DNA isolation and sequencing

Different laboratories contributed data using various protocols, but most DNA sequence information was produced as follows: genomic DNA was isolated from cultures grown on MEA. Fungal biomass was transferred to a tube with 500 μL of TES buffer and ground with a micro-pestle for 1–2 min, with or without silica-mix (2/3 silica-gel, 1/3 Celite® 545). A volume of 140 μL of 5 M NaCl was then added, followed by 65 μL of 10 % (w/v) CTAB (cetyltrimethylammoniumbromid). After an incubation of 30 min at 65 °C, 700 μL of (24:1) chloroform/isoamylalcohol was added, the tubes were mixed carefully by hand, stored on icy water for 30 min, and centrifuged for 10 min at 4 °C (10 000 x g). The supernatant was recovered and the genomic DNA precipitated using isopropanol. After washing the pellets with 70 % ethanol, they were dried in a vacuum centrifuge and re-suspended in 60 μL of TE buffer (protocol modified from Möller et al. 1992).

Six regions covering five genes were amplified: nucLSU, nucSSU, mtSSU, RPB1 region A–D, RPB2 region 5–7, and RPB2 region 7–11 (see table 2 for primers used).
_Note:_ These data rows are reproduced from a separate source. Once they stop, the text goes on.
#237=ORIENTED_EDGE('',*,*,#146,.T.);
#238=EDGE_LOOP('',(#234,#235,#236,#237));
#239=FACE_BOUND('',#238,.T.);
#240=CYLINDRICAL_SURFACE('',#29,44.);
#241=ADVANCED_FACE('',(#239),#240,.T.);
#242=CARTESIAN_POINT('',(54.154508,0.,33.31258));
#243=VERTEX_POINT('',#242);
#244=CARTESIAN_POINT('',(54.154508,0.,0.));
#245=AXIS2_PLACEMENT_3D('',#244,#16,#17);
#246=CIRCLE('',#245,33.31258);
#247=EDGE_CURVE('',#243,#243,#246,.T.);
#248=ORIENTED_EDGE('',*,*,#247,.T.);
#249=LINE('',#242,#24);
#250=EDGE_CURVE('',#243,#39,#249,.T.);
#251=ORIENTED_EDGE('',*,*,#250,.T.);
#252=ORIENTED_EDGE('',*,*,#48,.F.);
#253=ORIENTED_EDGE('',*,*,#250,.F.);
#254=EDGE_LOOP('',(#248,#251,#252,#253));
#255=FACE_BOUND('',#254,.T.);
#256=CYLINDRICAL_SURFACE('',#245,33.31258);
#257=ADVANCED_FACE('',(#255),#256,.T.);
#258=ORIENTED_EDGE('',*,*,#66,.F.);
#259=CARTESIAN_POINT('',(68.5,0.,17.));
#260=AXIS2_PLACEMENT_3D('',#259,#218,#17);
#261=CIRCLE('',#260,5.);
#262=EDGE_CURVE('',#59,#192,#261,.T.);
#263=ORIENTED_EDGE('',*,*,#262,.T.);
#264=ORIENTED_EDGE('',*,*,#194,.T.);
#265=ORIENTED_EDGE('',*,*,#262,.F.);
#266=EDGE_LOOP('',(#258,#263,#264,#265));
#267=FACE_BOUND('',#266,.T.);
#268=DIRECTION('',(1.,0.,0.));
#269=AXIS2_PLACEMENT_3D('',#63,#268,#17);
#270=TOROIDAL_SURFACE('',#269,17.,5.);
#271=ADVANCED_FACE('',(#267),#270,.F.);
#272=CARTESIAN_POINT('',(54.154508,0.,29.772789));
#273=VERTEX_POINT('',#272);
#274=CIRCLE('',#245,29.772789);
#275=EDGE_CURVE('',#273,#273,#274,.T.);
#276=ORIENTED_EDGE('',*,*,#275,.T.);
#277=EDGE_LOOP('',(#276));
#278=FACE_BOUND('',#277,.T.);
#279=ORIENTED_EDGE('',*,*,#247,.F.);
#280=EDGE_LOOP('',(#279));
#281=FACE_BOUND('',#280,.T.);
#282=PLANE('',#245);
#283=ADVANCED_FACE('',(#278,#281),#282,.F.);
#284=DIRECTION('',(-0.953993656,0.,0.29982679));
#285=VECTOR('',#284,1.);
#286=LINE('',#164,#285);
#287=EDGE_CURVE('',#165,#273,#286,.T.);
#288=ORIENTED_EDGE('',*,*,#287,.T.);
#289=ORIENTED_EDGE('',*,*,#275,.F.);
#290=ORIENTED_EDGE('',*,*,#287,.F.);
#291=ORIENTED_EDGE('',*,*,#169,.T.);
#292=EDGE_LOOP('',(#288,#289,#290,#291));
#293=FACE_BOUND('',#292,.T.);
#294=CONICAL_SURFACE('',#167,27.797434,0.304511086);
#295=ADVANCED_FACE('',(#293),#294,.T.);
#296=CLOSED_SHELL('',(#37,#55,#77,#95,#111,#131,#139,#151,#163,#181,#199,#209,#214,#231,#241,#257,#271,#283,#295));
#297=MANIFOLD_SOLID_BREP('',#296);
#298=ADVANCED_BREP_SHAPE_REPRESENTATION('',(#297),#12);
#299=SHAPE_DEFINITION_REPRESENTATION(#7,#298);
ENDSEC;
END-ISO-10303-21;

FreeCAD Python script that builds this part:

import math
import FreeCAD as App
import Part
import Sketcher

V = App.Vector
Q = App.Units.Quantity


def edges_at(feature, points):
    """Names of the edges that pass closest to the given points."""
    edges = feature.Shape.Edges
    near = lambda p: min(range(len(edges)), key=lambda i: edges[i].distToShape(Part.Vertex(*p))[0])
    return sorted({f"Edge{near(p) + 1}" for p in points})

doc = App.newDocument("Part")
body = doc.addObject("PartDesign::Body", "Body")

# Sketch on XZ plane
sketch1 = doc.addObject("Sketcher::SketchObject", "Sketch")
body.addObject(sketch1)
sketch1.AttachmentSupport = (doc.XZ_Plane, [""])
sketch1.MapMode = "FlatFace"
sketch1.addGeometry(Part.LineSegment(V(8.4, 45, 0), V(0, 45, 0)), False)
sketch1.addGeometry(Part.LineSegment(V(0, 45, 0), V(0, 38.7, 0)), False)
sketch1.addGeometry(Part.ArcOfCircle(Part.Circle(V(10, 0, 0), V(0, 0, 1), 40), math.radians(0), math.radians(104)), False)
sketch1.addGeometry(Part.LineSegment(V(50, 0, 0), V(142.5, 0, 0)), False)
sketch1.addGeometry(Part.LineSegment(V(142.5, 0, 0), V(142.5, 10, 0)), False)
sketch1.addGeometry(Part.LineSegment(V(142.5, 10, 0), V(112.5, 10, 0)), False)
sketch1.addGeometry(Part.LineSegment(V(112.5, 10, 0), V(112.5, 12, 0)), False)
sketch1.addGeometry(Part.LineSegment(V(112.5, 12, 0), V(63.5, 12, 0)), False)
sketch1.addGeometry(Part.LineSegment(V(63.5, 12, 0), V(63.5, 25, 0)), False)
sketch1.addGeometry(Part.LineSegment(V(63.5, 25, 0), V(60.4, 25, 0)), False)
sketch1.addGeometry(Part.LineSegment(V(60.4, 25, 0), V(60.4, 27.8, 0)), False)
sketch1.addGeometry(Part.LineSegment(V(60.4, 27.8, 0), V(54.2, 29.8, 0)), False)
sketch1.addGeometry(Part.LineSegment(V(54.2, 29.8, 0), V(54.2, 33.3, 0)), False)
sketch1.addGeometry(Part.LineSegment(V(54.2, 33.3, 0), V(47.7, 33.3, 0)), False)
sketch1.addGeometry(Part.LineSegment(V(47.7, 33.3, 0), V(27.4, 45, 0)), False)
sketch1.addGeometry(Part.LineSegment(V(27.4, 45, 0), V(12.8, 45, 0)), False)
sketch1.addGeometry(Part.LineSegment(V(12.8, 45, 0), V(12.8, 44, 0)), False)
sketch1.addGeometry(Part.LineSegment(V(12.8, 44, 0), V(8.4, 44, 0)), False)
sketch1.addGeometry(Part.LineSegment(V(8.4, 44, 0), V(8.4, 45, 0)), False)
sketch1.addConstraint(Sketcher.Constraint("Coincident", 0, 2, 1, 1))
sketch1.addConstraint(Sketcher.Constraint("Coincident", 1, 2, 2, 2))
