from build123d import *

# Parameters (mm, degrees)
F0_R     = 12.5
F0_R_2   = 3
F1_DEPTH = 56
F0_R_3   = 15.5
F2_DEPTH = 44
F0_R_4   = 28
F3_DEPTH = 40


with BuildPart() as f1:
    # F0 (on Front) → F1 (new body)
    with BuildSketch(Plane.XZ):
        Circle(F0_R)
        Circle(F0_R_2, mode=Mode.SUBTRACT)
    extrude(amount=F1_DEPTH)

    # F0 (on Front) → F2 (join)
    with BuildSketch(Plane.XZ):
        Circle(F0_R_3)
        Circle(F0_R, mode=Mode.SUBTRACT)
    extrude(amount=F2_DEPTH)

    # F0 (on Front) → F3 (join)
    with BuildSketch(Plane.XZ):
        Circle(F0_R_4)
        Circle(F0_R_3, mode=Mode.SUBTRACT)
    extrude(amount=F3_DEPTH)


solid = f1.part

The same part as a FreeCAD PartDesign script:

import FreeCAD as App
import Part
import Sketcher

V = App.Vector
Q = App.Units.Quantity

doc = App.newDocument("Part")
body = doc.addObject("PartDesign::Body", "Body")

sketch1 = body.newObject("Sketcher::SketchObject", "Sketch")
sketch1.AttachmentSupport = (doc.getObject("XZ_Plane"), [""])
sketch1.MapMode = "FlatFace"
sketch1.addGeometry(Part.Circle(V(0, 0, 0), V(0, 0, 1), 12.5), False)
sketch1.addGeometry(Part.Circle(V(0, 0, 0), V(0, 0, 1), 3), False)
sketch1.addConstraint(Sketcher.Constraint("Coincident", 0, 3, -1, 1))
sketch1.addConstraint(Sketcher.Constraint("Coincident", 1, 3, -1, 1))
sketch1.addConstraint(Sketcher.Constraint("Diameter", 0, Q("25 mm")))
sketch1.addConstraint(Sketcher.Constraint("Diameter", 1, Q("6 mm")))
pad1 = body.newObject("PartDesign::Pad", "Pad")
pad1.Profile = sketch1
pad1.Length = 56

sketch2 = body.newObject("Sketcher::SketchObject", "Sketch001")
sketch2.AttachmentSupport = (doc.getObject("XZ_Plane"), [""])
sketch2.MapMode = "FlatFace"
sketch2.addGeometry(Part.Circle(V(0, 0, 0), V(0, 0, 1), 15.5), False)
sketch2.addGeometry(Part.Circle(V(0, 0, 0), V(0, 0, 1), 12.5), False)
sketch2.addConstraint(Sketcher.Constraint("Coincident", 0, 3, -1, 1))
sketch2.addConstraint(Sketcher.Constraint("Coincident", 1, 3, -1, 1))
sketch2.addConstraint(Sketcher.Constraint("Diameter", 0, Q("31 mm")))
sketch2.addConstraint(Sketcher.Constraint("Diameter", 1, Q("25 mm")))
pad2 = body.newObject("PartDesign::Pad", "Pad001")
pad2.Profile = sketch2
pad2.Length = 44

sketch3 = body.newObject("Sketcher::SketchObject", "Sketch002")
sketch3.AttachmentSupport = (doc.getObject("XZ_Plane"), [""])
sketch3.MapMode = "FlatFace"
sketch3.addGeometry(Part.Circle(V(0, 0, 0), V(0, 0, 1), 28), False)
sketch3.addGeometry(Part.Circle(V(0, 0, 0), V(0, 0, 1), 15.5), False)
sketch3.addConstraint(Sketcher.Constraint("Coincident", 0, 3, -1, 1))
sketch3.addConstraint(Sketcher.Constraint("Coincident", 1, 3, -1, 1))
sketch3.addConstraint(Sketcher.Constraint("Diameter", 0, Q("56 mm")))
sketch3.addConstraint(Sketcher.Constraint("Diameter", 1, Q("31 mm")))
pad3 = body.newObject("PartDesign::Pad", "Pad002")
pad3.Profile = sketch3
pad3.Length = 40

doc.recompute()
Genomic DNA (1 μL of a 1/10 or 1/100 dilution) was added to a PCR mix comprising 2.5 μL of PCR buffer (buffer IV with 15 mM MgCl₂, Abgene, Epsom, U.K.), 2.5 μL of dNTPs (2 mM), 2.5 μL of BSA (10 mg/mL), 2.0 μL of primers (10 μM), 0.15 μL Taq polymerase (5 U/μL, Denville, Metuchen NJ, U.S.A.), and water for a total volume of 25 μL. Amplification cycles for nucLSU, nucSSU and RPB1 (same conditions applied for RPB2) are described in Gueidan et al. (2007), and in Zoller et al. (1999) for mtSSU. The PCR products were purified using Microcon PCR cleaning kits (Millipore, Billerica MA, U.S.A.). Sequencing was carried out using Big Dye Terminator Cycle sequencing Kits (ABI PRISM version 3.1, Perkin-Elmer, Applied Biosystems) on ABI 3730xl DNA Analyzers (Applied Biosystems, Foster City CA, U.S.A.) from the Duke Center for Evolutionary Genomics (Durham NC, U.S.A.) and the Hubrecht Institute (Utrecht, Netherlands).
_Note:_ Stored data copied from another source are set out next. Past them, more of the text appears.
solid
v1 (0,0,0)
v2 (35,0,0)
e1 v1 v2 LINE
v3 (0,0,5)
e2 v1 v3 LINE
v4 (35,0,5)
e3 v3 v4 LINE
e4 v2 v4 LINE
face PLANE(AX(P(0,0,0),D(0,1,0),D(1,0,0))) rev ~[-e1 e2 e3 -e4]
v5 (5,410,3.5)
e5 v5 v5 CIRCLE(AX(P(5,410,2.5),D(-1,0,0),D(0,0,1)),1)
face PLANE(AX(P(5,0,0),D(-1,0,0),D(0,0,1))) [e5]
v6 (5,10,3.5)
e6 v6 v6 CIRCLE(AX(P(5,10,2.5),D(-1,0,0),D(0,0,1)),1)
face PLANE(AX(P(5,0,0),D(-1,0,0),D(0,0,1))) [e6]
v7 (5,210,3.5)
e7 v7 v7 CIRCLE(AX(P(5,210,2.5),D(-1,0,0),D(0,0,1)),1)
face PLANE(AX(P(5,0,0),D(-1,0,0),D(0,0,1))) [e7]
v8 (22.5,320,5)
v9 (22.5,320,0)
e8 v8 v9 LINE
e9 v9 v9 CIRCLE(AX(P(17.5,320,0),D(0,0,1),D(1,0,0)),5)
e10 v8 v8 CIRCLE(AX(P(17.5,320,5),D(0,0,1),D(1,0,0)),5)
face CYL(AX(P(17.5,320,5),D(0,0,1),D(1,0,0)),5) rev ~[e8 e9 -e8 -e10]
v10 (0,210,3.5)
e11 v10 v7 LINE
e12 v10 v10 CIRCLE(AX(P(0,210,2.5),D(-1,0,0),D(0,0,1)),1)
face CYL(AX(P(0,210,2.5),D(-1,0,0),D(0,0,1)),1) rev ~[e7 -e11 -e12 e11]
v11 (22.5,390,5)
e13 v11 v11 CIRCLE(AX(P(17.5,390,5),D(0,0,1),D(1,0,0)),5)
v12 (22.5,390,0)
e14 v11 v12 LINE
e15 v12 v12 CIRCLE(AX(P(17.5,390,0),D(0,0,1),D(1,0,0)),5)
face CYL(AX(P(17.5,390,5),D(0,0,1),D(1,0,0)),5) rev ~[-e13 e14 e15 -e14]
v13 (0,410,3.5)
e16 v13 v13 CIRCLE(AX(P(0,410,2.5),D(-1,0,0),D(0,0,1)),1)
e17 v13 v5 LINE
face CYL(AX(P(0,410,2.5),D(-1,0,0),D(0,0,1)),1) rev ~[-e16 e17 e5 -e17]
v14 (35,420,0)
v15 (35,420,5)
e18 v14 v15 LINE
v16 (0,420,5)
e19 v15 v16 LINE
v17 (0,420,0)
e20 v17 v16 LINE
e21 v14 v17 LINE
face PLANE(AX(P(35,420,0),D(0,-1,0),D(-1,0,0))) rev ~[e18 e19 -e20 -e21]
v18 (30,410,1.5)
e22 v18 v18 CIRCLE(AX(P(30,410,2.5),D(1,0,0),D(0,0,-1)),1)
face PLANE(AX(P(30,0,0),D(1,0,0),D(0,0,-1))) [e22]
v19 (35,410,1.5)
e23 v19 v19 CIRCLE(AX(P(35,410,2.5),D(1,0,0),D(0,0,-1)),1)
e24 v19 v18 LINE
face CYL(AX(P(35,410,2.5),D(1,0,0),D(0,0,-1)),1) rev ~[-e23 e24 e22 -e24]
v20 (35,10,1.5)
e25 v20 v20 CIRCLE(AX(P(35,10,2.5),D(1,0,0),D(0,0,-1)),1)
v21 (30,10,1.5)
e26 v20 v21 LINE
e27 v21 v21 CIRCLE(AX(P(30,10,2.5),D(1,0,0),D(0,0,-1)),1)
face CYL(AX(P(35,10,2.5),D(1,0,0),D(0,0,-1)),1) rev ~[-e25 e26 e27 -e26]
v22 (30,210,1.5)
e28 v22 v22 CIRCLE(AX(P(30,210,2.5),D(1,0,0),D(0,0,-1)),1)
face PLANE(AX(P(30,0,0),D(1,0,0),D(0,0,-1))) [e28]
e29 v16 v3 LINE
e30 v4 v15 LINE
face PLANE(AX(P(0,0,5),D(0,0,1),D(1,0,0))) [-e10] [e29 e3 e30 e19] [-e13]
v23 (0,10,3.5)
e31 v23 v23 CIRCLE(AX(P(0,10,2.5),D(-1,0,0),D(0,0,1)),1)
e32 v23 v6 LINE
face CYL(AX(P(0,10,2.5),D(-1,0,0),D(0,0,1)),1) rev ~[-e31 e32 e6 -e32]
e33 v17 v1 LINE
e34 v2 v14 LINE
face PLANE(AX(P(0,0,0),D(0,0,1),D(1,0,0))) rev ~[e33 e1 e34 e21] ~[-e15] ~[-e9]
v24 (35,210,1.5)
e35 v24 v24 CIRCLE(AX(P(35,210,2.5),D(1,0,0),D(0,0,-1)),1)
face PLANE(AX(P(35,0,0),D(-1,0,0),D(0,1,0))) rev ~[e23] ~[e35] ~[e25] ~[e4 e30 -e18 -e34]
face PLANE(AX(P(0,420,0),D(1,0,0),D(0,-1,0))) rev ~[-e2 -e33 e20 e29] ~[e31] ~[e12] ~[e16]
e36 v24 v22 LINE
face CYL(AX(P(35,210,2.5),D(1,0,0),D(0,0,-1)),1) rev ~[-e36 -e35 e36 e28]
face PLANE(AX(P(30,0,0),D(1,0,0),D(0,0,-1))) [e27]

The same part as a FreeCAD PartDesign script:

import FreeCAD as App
import Part
import Sketcher

V = App.Vector


def add_polygon(sketch, points):
    """Adds a closed chain of lines whose ends are joined by coincident constraints."""
    first, n = sketch.GeometryCount, len(points)
    for a, b in zip(points, points[1:] + points[:1]):
        sketch.addGeometry(Part.LineSegment(App.Vector(*a, 0), App.Vector(*b, 0)), False)
    for i in range(n):
        sketch.addConstraint(Sketcher.Constraint("Coincident", first + i, 2, first + (i + 1) % n, 1))

doc = App.newDocument("Part")
body = doc.addObject("PartDesign::Body", "Body")

# Sketch on XY plane
sketch1 = body.newObject("Sketcher::SketchObject", "Sketch")
sketch1.AttachmentSupport = (doc.getObject("XY_Plane"), [""])
sketch1.MapMode = "FlatFace"
add_polygon(sketch1, [(0, 420), (0, 0), (35, 0), (35, 420)])  # lines 0-3
sketch1.addConstraint(Sketcher.Constraint("Vertical", 0))
sketch1.addConstraint(Sketcher.Constraint("Horizontal", 1))
sketch1.addConstraint(Sketcher.Constraint("Vertical", 2))
sketch1.addConstraint(Sketcher.Constraint("Horizontal", 3))
sketch1.addConstraint(Sketcher.Constraint("Coincident", 0, 2, -1, 1))
sketch1.addConstraint(Sketcher.Constraint("DistanceX", 1, 1, 1, 2, 35.0))
sketch1.addConstraint(Sketcher.Constraint("DistanceY", 0, 2, 0, 1, 420.0))
pad1 = body.newObject("PartDesign::Pad", "Pad")
pad1.Profile = sketch1
pad1.Length = 5

# Sketch on YZ plane
sketch2 = body.newObject("Sketcher::SketchObject", "Sketch001")
sketch2.AttachmentSupport = (doc.getObject("YZ_Plane"), [""])
sketch2.MapMode = "FlatFace"
sketch2.AttachmentOffset = App.Placement(V(0, 0, 35), App.Rotation())
sketch2.addGeometry(Part.Circle(V(410, 2.5, 0), V(0, 0, 1), 1), False)
sketch2.addGeometry(Part.Circle(V(210, 2.5, 0), V(0, 0, 1), 1), False)
sketch2.addGeometry(Part.Circle(V(10, 2.5, 0), V(0, 0, 1), 1), False)
sketch2.addConstraint(Sketcher.Constraint("Equal", 0, 1))
sketch2.addConstraint(Sketcher.Constraint("Equal", 1, 2))
sketch2.addConstraint(Sketcher.Constraint("Horizontal", 0, 3, 1, 3))
sketch2.addConstraint(Sketcher.Constraint("Horizontal", 1, 3, 2, 3))
sketch2.addConstraint(Sketcher.Constraint("Diameter", 0, 2.0))
sketch2.addConstraint(Sketcher.Constraint("DistanceX", -1, 1, 0, 3, 410.0))
sketch2.addConstraint(Sketcher.Constraint("DistanceX", -1, 1, 1, 3, 210.0))
sketch2.addConstraint(Sketcher.Constraint("DistanceX", -1, 1, 2, 3, 10.0))
sketch2.addConstraint(Sketcher.Constraint("DistanceY", -1, 1, 0, 3, 2.5))
pocket1 = body.newObject("PartDesign::Pocket", "Pocket")
pocket1.Profile = sketch2
pocket1.Length = 5

# Sketch on YZ plane
sketch3 = body.newObject("Sketcher::SketchObject", "Sketch002")
sketch3.AttachmentSupport = (doc.getObject("YZ_Plane"), [""])
sketch3.MapMode = "FlatFace"
sketch3.addGeometry(Part.Circle(V(10, 2.5, 0), V(0, 0, 1), 1), False)
sketch3.addGeometry(Part.Circle(V(210, 2.5, 0), V(0, 0, 1), 1), False)
sketch3.addGeometry(Part.Circle(V(410, 2.5, 0), V(0, 0, 1), 1), False)
sketch3.addConstraint(Sketcher.Constraint("Equal", 0, 1))
sketch3.addConstraint(Sketcher.Constraint("Equal", 1, 2))
sketch3.addConstraint(Sketcher.Constraint("Horizontal", 0, 3, 1, 3))
sketch3.addConstraint(Sketcher.Constraint("Horizontal", 1, 3, 2, 3))
sketch3.addConstraint(Sketcher.Constraint("Diameter", 0, 2.0))
sketch3.addConstraint(Sketcher.Constraint("DistanceX", -1, 1, 0, 3, 10.0))
sketch3.addConstraint(Sketcher.Constraint("DistanceX", -1, 1, 1, 3, 210.0))
sketch3.addConstraint(Sketcher.Constraint("DistanceX", -1, 1, 2, 3, 410.0))
sketch3.addConstraint(Sketcher.Constraint("DistanceY", -1, 1, 0, 3, 2.5))
pocket2 = body.newObject("PartDesign::Pocket", "Pocket001")
pocket2.Profile = sketch3
pocket2.Length = 5
pocket2.Reversed = True

# Sketch on XY plane
sketch4 = body.newObject("Sketcher::SketchObject", "Sketch003")
sketch4.AttachmentSupport = (doc.getObject("XY_Plane"), [""])
sketch4.MapMode = "FlatFace"
sketch4.AttachmentOffset = App.Placement(V(0, 0, 5), App.Rotation())
sketch4.addGeometry(Part.Circle(V(18, 320, 0), V(0, 0, 1), 5), False)
sketch4.addGeometry(Part.Circle(V(18, 390, 0), V(0, 0, 1), 5), False)
sketch4.addConstraint(Sketcher.Constraint("Equal", 0, 1))
sketch4.addConstraint(Sketcher.Constraint("Vertical", 0, 3, 1, 3))
sketch4.addConstraint(Sketcher.Constraint("Diameter", 0, 10.0))
sketch4.addConstraint(Sketcher.Constraint("DistanceY", 0, 3, 1, 3, 70.0))
sketch4.addConstraint(Sketcher.Constraint("DistanceX", -1, 1, 0, 3, 17.5))
sketch4.addConstraint(Sketcher.Constraint("DistanceY", -1, 1, 0, 3, 320.0))
pocket3 = body.newObject("PartDesign::Pocket", "Pocket002")
pocket3.Profile = sketch4
pocket3.Length = 35

doc.recompute()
Classification of rock fungi related to Dothideomycetes

Although very diverse within Dothideomycetes, RIF have not been included in recent phylogenetic studies of this class (Lumbsch et al. 2001, Schoch et al. 2006). Only very few of these rock-inhabiting species have been taxonomically described (Sterflinger et al. 1997, Bills et al. 2005, Sert et al. 2007b), and the molecular marker available for most of these species (ITS) does not allow their inclusion in large-scale phylogenetic analyses. The few attempts to produce phylogenies involving RIF have shown that they belong to two diverse classes of Ascomycota, namely Eurotiomycetes (particularly the order Chaetothyriales) and Dothideomycetes (preponderantly the orders Capnodiales, Dothideales and Pleosporales) (Sterflinger et al. 1999, Ruibal 2004, Ruibal et al. 2005, 2008).
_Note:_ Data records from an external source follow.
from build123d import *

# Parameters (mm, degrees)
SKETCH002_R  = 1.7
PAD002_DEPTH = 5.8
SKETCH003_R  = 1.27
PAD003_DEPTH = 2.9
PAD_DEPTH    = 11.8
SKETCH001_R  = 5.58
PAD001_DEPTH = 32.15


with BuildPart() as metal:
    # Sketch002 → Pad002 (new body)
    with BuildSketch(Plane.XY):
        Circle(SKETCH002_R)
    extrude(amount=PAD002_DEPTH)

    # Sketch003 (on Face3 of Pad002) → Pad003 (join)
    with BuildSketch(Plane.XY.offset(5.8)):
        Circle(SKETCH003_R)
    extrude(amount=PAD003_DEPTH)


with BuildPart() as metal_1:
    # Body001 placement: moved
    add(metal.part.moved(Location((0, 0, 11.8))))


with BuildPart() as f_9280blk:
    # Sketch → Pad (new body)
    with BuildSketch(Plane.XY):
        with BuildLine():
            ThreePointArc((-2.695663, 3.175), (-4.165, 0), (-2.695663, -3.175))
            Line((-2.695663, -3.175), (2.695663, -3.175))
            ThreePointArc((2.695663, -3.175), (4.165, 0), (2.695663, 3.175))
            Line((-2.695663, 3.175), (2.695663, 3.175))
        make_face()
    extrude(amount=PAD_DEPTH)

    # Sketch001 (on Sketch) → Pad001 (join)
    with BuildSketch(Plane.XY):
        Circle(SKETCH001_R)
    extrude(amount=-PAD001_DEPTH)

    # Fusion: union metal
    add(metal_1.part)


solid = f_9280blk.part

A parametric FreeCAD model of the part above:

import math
import FreeCAD as App
import Part
import Sketcher

V = App.Vector

doc = App.newDocument("Part")
params = doc.addObject("Spreadsheet::Sheet", "Params")
for row, (alias, value) in enumerate([
    ("sketch1_diameter", "3.4 mm"),
    ("pad1_length", "5.8 mm"),
    ("sketch2_diameter", "2.54 mm"),
    ("pad2_length", "2.9 mm"),
    ("pad3_length", "11.8 mm"),
    ("sketch4_diameter", "11.16 mm"),
    ("pad4_length", "32.15 mm"),
], start=1):
    params.set(f"A{row}", alias)
    params.set(f"B{row}", "=" + value)
    params.setAlias(f"B{row}", alias)

body = doc.addObject("PartDesign::Body", "Body")

# Sketch on XY plane
sketch1 = doc.addObject("Sketcher::SketchObject", "Sketch")
body.addObject(sketch1)
sketch1.AttachmentSupport = (doc.XY_Plane, [""])
sketch1.MapMode = "FlatFace"
sketch1.addGeometry(Part.Circle(V(0, 0, 0), V(0, 0, 1), 1.7), False)
sketch1.addConstraint([
    Sketcher.Constraint("Coincident", 0, 3, -1, 1),
    Sketcher.Constraint("Diameter", 0, 3.4),
])
sketch1.setExpression("Constraints[1]", "Params.sketch1_diameter")
pad1 = doc.addObject("PartDesign::Pad", "Pad")
body.addObject(pad1)
pad1.Profile = sketch1
pad1.setExpression("Length", "Params.pad1_length")

# Sketch on XY plane
sketch2 = doc.addObject("Sketcher::SketchObject", "Sketch001")
body.addObject(sketch2)
sketch2.AttachmentSupport = (doc.XY_Plane, [""])
sketch2.MapMode = "FlatFace"
sketch2.AttachmentOffset = App.Placement(V(0, 0, 5.8), App.Rotation())
sketch2.addGeometry(Part.Circle(V(0, 0, 0), V(0, 0, 1), 1.3), False)
sketch2.addConstraint([
    Sketcher.Constraint("Coincident", 0, 3, -1, 1),
    Sketcher.Constraint("Diameter", 0, 2.54),
])
sketch2.setExpression("Constraints[1]", "Params.sketch2_diameter")
pad2 = doc.addObject("PartDesign::Pad", "Pad001")
body.addObject(pad2)
pad2.Profile = sketch2
pad2.setExpression("Length", "Params.pad2_length")
body2 = doc.addObject("PartDesign::Body", "Body001")
doc.recompute()

body.Placement = App.Placement(V(0, 0, 11.8), App.Rotation(V(0, 0, 1), 0))
boolean = doc.addObject("PartDesign::Boolean", "Boolean")
body2.addObject(boolean)
boolean.Type = "Fuse"
boolean.addObjects([body])
body3 = doc.addObject("PartDesign::Body", "Body002")

# Sketch on XY plane
sketch3 = doc.addObject("Sketcher::SketchObject", "Sketch002")
body3.addObject(sketch3)
sketch3.AttachmentSupport = (doc.getObject("XY_Plane002"), [""])
sketch3.MapMode = "FlatFace"
sketch3.addGeometry([
    Part.ArcOfCircle(Part.Circle(V(0, 0, 0), V(0, 0, 1), 4.2), math.radians(130), math.radians(230)),
    Part.LineSegment(V(-2.7, -3.2, 0), V(2.7, -3.2, 0)),
    Part.ArcOfCircle(Part.Circle(V(0, 0, 0), V(0, 0, 1), 4.2), math.radians(-50), math.radians(50)),
    Part.LineSegment(V(2.7, 3.2, 0), V(-2.7, 3.2, 0)),
], False)
sketch3.addConstraint([
    Sketcher.Constraint("Coincident", 0, 2, 1, 1),
    Sketcher.Constraint("Coincident", 1, 2, 2, 1),
    Sketcher.Constraint("Coincident", 2, 2, 3, 1),
    Sketcher.Constraint("Coincident", 3, 2, 0, 1),
    Sketcher.Constraint("Horizontal", 1),
    Sketcher.Constraint("Horizontal", 3),
    Sketcher.Constraint("Coincident", 0, 3, -1, 1),
    Sketcher.Constraint("Coincident", 2, 3, -1, 1),
    Sketcher.Constraint("Equal", 0, 2),
    Sketcher.Constraint("Vertical", 1, 2, 2, 2),
    Sketcher.Constraint("Radius", 0, 4.165),
    Sketcher.Constraint("DistanceY", 1, 2, 2, 2, 6.35),
])
pad3 = doc.addObject("PartDesign::Pad", "Pad002")
body3.addObject(pad3)
pad3.Profile = sketch3
pad3.setExpression("Length", "Params.pad3_length")

# Sketch on XY plane
sketch4 = doc.addObject("Sketcher::SketchObject", "Sketch003")
body3.addObject(sketch4)
sketch4.AttachmentSupport = (doc.getObject("XY_Plane002"), [""])
sketch4.MapMode = "FlatFace"
sketch4.addGeometry(Part.Circle(V(0, 0, 0), V(0, 0, 1), 6), False)
sketch4.addConstraint([
    Sketcher.Constraint("Coincident", 0, 3, -1, 1),
    Sketcher.Constraint("Diameter", 0, 11.16),
])
sketch4.setExpression("Constraints[1]", "Params.sketch4_diameter")
pad4 = doc.addObject("PartDesign::Pad", "Pad003")
body3.addObject(pad4)
pad4.Profile = sketch4
pad4.setExpression("Length", "Params.pad4_length")
pad4.Reversed = True
doc.recompute()

boolean2 = doc.addObject("PartDesign::Boolean", "Boolean001")
body3.addObject(boolean2)
boolean2.Type = "Fuse"
boolean2.addObjects([body2])

doc.recompute()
Our results confirm the placement of RIF in the same orders of Dothideomycetes, although some lineages are shown to belong to additional groups. Based on our results, many RIF should be classified within Dothideales, Pleosporales and Capnodiales, the latter order holding the largest number in rock-colonising species. The genera Elasticomyces and Recurvomyces, as well as the Antarctic genus Friedmanniomyces, were previously attributed to Capnodiales based on nucSSU data (Selbmann et al. 2008). Our multigene analyses confirm this placement, and show that these three genera belong to Teratosphaeriaceae s. str., the family currently showing the highest diversity in RIF (Fig. 3). We also showed that one RIF (TRN 235) previously thought to be related to the Dothideales (Ruibal et al. 2008) actually belongs to Myriangiales, along with Sarcinomyces crustaceus, a species similarly melanised and meristematic, but isolated from plant material (Sigler et al. 1981).

Several well-supported groups of RIF could not be attributed to any known families and orders according to our data. As a consequence, Cryomyces should still be considered as Dothideomycetes incertae sedis, as no close relationship was recovered for this enigmatic Antarctic genus (Selbmann et al. 2005). The positions of RIF-rich genera Coniosporium and Sarcinomyces are also problematic. Previous studies placed them either in Dothideales or Chaetothyriales based on ITS or nucSSU data (de Leo et al. 1999, Sterflinger et al. 1999, Sert et al. 2007a). Yet, the limited taxon and gene sampling on which these analyses were based was probably insufficient to demonstrate clear phylogenetic relationships. Our results show that Coniosporium apollinis (including the type strain CBS 352.97), C. uncinatum (including the type strain CBS 100219) and Sarcinomyces crustaceus belong to Dothideomyceta (Fig. 4). However, a previous multigene analysis showed that two other species, Coniosporium perforans and Sarcinomyces petricola, belong to Chaetothyriales (Gueidan et al. 2008). These anamorphic genera are therefore not monophyletic, and additional research is required to clarify their status.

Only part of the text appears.